[Records from a collection]
__________________________________________________

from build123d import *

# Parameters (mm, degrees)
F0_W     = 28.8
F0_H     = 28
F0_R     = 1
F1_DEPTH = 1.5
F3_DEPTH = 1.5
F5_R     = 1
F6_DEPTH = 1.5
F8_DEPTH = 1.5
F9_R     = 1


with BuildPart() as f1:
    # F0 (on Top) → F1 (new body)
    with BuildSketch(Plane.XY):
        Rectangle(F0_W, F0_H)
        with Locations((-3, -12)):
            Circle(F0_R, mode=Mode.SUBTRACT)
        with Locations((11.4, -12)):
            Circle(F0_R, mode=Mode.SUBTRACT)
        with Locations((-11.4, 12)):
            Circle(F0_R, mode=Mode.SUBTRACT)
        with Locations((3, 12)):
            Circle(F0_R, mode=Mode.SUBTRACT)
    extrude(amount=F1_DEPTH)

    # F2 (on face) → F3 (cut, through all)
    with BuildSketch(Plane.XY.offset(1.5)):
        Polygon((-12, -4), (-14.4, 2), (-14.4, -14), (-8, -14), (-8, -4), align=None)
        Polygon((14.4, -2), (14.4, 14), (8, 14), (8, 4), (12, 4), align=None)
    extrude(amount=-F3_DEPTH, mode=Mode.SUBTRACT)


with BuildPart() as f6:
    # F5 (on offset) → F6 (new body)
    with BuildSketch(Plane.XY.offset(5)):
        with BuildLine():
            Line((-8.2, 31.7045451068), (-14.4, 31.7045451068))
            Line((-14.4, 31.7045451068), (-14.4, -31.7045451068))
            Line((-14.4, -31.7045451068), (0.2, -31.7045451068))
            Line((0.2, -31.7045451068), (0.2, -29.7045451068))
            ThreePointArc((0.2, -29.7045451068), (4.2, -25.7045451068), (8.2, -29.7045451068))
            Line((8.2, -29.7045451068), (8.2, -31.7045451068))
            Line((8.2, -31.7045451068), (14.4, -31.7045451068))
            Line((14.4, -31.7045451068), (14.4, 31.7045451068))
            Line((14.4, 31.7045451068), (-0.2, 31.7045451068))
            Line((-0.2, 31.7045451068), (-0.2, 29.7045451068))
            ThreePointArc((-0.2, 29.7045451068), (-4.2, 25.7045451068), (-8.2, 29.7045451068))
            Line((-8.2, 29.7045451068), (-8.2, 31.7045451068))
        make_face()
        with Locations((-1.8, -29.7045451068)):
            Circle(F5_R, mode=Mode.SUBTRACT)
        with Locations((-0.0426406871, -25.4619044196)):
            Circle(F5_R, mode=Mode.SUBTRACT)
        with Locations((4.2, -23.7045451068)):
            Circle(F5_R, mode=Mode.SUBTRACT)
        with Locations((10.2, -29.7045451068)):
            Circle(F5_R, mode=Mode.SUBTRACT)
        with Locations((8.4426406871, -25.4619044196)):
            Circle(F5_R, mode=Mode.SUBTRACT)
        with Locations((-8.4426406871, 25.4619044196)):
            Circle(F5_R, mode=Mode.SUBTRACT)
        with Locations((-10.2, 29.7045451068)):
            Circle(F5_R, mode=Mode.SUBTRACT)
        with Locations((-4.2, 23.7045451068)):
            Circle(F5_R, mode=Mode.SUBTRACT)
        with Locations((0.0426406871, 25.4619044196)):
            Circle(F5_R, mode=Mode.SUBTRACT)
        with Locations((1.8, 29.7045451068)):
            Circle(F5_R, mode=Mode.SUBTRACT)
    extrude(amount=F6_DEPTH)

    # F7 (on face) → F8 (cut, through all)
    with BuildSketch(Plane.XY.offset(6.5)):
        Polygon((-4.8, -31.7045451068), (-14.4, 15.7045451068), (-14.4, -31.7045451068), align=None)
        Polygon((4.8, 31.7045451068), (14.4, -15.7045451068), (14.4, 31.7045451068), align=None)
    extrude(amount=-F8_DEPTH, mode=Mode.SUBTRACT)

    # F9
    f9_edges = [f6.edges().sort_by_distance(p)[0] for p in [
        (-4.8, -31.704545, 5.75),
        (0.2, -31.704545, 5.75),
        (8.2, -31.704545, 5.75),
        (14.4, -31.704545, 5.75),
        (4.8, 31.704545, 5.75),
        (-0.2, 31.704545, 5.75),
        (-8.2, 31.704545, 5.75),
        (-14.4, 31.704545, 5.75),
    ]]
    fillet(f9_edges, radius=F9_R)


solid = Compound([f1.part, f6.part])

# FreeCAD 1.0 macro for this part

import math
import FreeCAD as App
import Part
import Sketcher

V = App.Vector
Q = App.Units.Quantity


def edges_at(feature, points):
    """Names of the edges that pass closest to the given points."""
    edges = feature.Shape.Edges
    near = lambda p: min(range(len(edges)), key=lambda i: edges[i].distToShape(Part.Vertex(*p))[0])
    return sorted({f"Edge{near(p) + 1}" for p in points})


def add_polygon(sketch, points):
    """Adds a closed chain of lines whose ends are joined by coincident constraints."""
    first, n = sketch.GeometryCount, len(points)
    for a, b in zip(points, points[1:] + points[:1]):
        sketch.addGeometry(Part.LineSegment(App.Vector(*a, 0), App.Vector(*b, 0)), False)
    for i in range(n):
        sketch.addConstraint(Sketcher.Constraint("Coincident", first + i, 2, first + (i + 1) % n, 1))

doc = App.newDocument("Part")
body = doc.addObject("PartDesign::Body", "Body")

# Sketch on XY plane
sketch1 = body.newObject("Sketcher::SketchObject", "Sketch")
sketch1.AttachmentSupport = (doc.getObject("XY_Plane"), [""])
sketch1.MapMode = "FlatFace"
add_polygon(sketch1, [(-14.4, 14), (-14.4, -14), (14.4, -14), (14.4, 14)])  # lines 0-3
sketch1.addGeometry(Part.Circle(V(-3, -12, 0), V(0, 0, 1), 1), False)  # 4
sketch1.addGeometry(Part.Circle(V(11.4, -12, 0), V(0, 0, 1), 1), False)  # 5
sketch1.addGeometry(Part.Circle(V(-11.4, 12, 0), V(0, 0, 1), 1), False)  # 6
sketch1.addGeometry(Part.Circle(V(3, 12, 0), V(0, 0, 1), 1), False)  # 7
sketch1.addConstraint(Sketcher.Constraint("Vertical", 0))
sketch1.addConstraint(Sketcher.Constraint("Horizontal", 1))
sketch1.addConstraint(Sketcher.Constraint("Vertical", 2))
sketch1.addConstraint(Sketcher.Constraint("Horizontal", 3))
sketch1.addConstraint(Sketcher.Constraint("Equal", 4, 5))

__________________________________________________

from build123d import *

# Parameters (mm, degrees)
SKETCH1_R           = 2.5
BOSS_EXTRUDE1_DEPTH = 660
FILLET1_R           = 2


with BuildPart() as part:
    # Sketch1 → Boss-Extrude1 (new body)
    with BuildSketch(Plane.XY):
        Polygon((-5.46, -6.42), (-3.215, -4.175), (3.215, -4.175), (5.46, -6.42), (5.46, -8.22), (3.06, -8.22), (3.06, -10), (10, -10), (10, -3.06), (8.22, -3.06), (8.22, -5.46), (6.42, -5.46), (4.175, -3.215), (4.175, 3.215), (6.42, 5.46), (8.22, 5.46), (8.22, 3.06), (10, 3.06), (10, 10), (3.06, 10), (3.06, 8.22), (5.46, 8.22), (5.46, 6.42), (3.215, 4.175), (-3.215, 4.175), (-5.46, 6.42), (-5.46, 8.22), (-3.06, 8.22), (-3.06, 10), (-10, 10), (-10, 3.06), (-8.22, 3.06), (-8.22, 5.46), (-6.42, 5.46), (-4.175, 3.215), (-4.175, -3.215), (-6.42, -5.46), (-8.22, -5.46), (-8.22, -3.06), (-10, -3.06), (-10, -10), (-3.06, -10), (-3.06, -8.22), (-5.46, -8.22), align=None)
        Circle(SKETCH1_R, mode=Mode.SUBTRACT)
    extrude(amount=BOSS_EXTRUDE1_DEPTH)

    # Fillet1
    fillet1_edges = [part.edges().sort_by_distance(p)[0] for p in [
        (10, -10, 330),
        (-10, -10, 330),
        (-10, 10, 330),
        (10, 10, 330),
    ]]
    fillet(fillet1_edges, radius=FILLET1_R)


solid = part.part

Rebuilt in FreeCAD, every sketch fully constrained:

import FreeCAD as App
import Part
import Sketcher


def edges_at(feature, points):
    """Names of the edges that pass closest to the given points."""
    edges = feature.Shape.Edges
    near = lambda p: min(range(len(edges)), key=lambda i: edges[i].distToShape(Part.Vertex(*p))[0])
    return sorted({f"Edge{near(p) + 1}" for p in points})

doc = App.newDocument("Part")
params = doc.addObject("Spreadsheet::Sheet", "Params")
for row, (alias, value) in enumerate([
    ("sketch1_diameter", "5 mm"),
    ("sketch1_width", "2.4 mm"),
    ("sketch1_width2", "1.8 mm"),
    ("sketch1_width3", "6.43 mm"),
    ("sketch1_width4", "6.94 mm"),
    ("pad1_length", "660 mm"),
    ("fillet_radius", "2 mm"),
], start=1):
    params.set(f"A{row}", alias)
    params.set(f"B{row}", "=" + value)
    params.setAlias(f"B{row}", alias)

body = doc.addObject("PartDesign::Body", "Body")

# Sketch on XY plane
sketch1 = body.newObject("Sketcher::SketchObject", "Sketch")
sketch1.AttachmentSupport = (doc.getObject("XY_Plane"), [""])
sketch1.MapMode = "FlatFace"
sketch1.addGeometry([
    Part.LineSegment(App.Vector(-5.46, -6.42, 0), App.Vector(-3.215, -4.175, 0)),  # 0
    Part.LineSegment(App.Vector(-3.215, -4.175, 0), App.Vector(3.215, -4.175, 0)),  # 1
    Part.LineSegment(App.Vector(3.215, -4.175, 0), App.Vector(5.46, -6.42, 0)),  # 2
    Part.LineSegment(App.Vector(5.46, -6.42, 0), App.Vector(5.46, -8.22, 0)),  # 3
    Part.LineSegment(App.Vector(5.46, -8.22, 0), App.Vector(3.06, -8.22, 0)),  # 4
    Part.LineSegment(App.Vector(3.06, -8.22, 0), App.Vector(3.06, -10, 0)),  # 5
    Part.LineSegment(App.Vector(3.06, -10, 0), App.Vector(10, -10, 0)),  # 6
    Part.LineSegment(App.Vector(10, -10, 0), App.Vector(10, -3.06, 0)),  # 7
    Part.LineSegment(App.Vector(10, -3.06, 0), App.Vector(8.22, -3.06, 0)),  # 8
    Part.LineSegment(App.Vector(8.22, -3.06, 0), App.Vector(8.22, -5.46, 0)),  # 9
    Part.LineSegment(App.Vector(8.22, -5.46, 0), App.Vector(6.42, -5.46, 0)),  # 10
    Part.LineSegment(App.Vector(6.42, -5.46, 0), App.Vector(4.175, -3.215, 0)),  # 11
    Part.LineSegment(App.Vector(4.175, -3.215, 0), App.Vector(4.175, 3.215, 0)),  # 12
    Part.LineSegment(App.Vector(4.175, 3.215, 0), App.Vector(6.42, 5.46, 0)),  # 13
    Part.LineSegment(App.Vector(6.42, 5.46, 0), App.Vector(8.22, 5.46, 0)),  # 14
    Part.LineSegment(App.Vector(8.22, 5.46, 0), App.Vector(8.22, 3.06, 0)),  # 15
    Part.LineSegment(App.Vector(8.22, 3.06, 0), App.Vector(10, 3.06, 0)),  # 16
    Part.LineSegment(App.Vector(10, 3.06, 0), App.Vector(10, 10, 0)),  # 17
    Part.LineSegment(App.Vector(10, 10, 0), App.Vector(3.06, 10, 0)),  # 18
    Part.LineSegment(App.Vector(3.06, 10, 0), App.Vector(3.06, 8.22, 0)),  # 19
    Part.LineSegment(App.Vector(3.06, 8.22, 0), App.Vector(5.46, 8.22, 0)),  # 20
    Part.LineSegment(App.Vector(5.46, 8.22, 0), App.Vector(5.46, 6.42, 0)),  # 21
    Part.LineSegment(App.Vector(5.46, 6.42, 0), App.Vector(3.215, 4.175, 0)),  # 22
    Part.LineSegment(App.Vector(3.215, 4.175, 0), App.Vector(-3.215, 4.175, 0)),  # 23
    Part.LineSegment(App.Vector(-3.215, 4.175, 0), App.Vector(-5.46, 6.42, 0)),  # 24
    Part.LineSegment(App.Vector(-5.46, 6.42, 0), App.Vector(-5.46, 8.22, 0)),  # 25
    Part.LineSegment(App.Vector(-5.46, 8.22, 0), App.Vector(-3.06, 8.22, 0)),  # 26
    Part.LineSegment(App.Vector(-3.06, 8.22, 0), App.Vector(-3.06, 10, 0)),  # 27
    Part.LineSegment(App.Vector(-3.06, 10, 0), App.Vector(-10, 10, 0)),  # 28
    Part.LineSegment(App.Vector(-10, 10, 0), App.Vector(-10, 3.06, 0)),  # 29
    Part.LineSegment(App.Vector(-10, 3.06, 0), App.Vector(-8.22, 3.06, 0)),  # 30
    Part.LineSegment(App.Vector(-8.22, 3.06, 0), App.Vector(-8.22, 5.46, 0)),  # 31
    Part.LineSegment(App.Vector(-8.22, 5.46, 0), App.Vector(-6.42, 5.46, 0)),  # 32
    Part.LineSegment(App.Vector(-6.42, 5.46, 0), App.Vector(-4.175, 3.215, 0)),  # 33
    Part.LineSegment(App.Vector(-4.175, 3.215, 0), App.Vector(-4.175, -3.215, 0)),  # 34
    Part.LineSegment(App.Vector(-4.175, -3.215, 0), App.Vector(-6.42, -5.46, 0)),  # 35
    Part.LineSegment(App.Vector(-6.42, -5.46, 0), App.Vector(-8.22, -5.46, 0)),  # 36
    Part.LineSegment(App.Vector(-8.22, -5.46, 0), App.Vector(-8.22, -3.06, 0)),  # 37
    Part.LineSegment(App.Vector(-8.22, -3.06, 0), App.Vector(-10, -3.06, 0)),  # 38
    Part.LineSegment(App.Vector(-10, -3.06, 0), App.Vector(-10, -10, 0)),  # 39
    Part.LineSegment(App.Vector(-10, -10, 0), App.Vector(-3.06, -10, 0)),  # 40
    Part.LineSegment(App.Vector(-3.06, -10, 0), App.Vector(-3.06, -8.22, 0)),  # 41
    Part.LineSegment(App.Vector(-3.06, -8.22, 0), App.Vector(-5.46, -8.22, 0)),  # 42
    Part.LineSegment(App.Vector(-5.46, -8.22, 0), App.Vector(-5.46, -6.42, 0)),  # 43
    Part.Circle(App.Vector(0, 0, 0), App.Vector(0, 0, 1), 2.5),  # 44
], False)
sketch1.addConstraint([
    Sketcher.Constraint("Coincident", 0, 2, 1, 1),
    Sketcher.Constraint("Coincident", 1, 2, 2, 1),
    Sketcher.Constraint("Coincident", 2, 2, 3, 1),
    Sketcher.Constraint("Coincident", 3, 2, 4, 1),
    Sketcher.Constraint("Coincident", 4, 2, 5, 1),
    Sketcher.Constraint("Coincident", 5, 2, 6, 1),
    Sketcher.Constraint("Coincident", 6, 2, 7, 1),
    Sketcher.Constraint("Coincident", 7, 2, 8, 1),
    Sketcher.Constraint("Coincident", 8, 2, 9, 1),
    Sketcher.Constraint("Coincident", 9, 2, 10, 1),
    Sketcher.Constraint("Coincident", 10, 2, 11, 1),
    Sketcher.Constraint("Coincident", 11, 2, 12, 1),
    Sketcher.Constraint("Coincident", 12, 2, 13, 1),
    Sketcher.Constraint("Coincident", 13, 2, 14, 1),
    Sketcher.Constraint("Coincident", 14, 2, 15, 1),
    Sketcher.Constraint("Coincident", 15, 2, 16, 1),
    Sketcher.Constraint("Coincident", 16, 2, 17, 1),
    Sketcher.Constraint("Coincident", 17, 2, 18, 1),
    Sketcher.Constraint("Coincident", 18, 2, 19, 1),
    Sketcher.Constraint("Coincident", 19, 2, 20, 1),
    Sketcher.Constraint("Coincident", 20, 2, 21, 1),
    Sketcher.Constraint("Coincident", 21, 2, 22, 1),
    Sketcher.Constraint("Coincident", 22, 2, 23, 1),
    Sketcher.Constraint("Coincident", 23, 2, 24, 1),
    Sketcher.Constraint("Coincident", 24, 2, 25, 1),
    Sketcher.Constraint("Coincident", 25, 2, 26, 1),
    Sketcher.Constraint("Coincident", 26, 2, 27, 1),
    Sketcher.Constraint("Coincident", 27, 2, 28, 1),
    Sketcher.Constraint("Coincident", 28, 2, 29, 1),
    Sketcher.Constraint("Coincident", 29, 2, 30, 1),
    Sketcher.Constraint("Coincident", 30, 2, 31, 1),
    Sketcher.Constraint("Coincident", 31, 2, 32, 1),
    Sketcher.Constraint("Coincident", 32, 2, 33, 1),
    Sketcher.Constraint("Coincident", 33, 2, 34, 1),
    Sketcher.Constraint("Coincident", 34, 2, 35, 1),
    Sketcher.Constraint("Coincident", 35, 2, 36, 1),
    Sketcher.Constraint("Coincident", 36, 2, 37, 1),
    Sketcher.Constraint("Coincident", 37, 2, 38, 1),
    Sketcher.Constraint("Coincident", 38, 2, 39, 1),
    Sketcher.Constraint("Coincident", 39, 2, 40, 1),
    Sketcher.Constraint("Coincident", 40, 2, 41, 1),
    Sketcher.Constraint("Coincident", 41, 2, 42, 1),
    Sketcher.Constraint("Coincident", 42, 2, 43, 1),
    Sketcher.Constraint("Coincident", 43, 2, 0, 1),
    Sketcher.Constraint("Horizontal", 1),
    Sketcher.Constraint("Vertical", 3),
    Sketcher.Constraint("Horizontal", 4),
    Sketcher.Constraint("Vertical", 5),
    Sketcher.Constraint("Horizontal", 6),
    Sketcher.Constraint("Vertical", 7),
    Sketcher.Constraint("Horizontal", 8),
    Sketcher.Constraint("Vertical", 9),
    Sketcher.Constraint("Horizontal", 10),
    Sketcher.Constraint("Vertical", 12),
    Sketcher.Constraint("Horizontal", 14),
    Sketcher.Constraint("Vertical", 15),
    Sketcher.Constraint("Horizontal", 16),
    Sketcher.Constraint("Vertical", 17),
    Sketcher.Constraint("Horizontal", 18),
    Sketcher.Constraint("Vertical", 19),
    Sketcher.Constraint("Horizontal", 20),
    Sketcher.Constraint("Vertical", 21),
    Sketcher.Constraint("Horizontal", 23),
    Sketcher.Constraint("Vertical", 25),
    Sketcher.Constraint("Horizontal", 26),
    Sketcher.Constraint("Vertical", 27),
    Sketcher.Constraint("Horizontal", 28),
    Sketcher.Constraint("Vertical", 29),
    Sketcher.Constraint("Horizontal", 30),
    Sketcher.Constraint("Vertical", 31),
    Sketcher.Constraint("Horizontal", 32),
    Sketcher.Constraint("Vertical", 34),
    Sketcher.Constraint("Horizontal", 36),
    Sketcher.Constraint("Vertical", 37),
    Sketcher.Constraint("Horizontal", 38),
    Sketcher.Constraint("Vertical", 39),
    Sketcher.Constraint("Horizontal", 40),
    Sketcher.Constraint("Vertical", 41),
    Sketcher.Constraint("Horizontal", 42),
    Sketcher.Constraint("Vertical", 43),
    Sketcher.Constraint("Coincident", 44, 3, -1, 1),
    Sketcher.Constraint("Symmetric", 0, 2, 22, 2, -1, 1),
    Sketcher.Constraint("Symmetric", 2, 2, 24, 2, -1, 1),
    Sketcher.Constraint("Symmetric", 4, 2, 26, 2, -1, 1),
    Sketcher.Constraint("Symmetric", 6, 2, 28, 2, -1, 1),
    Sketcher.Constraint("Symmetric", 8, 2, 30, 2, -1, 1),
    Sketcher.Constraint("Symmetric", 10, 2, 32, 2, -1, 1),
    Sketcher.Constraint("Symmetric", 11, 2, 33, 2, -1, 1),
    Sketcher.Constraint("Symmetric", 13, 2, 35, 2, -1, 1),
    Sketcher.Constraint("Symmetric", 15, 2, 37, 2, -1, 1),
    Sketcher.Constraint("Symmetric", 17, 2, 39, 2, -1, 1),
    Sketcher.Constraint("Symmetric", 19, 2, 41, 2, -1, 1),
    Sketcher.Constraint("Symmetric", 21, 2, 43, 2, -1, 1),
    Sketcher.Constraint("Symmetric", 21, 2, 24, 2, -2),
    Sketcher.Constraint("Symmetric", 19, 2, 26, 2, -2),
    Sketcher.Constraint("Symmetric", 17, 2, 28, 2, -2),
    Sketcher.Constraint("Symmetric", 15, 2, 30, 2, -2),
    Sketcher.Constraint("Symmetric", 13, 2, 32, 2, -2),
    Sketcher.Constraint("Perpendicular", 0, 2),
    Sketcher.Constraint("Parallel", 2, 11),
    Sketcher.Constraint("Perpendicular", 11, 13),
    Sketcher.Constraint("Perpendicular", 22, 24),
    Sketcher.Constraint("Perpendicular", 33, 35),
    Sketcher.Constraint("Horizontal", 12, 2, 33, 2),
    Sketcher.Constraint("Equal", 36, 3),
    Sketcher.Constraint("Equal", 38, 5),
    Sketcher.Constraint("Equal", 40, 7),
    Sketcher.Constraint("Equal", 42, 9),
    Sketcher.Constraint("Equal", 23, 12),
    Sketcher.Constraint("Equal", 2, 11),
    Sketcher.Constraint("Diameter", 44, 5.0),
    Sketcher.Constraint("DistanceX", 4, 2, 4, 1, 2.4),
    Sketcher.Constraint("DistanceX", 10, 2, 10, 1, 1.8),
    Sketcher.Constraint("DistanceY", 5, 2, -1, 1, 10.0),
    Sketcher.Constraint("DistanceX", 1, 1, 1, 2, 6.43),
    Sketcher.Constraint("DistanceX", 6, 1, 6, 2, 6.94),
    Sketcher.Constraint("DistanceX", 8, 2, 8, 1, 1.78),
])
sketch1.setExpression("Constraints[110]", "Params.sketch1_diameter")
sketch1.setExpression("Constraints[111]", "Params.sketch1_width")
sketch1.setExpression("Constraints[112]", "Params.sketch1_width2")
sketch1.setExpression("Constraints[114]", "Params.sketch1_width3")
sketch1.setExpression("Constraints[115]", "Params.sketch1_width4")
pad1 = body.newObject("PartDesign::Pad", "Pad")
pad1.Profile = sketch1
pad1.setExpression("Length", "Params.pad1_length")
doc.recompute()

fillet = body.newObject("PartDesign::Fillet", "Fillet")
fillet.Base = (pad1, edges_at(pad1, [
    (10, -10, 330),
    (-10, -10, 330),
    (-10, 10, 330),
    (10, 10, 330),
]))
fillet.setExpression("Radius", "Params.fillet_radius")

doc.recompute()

__________________________________________________

- AIM OF THE TASK
Which lines above carry the string "BuildSketch"? Copy those lines.

- FINAL ANSWER
    with BuildSketch(Plane.XY):
    with BuildSketch(Plane.XY.offset(1.5)):
    with BuildSketch(Plane.XY.offset(5)):
    with BuildSketch(Plane.XY.offset(6.5)):
    with BuildSketch(Plane.XY):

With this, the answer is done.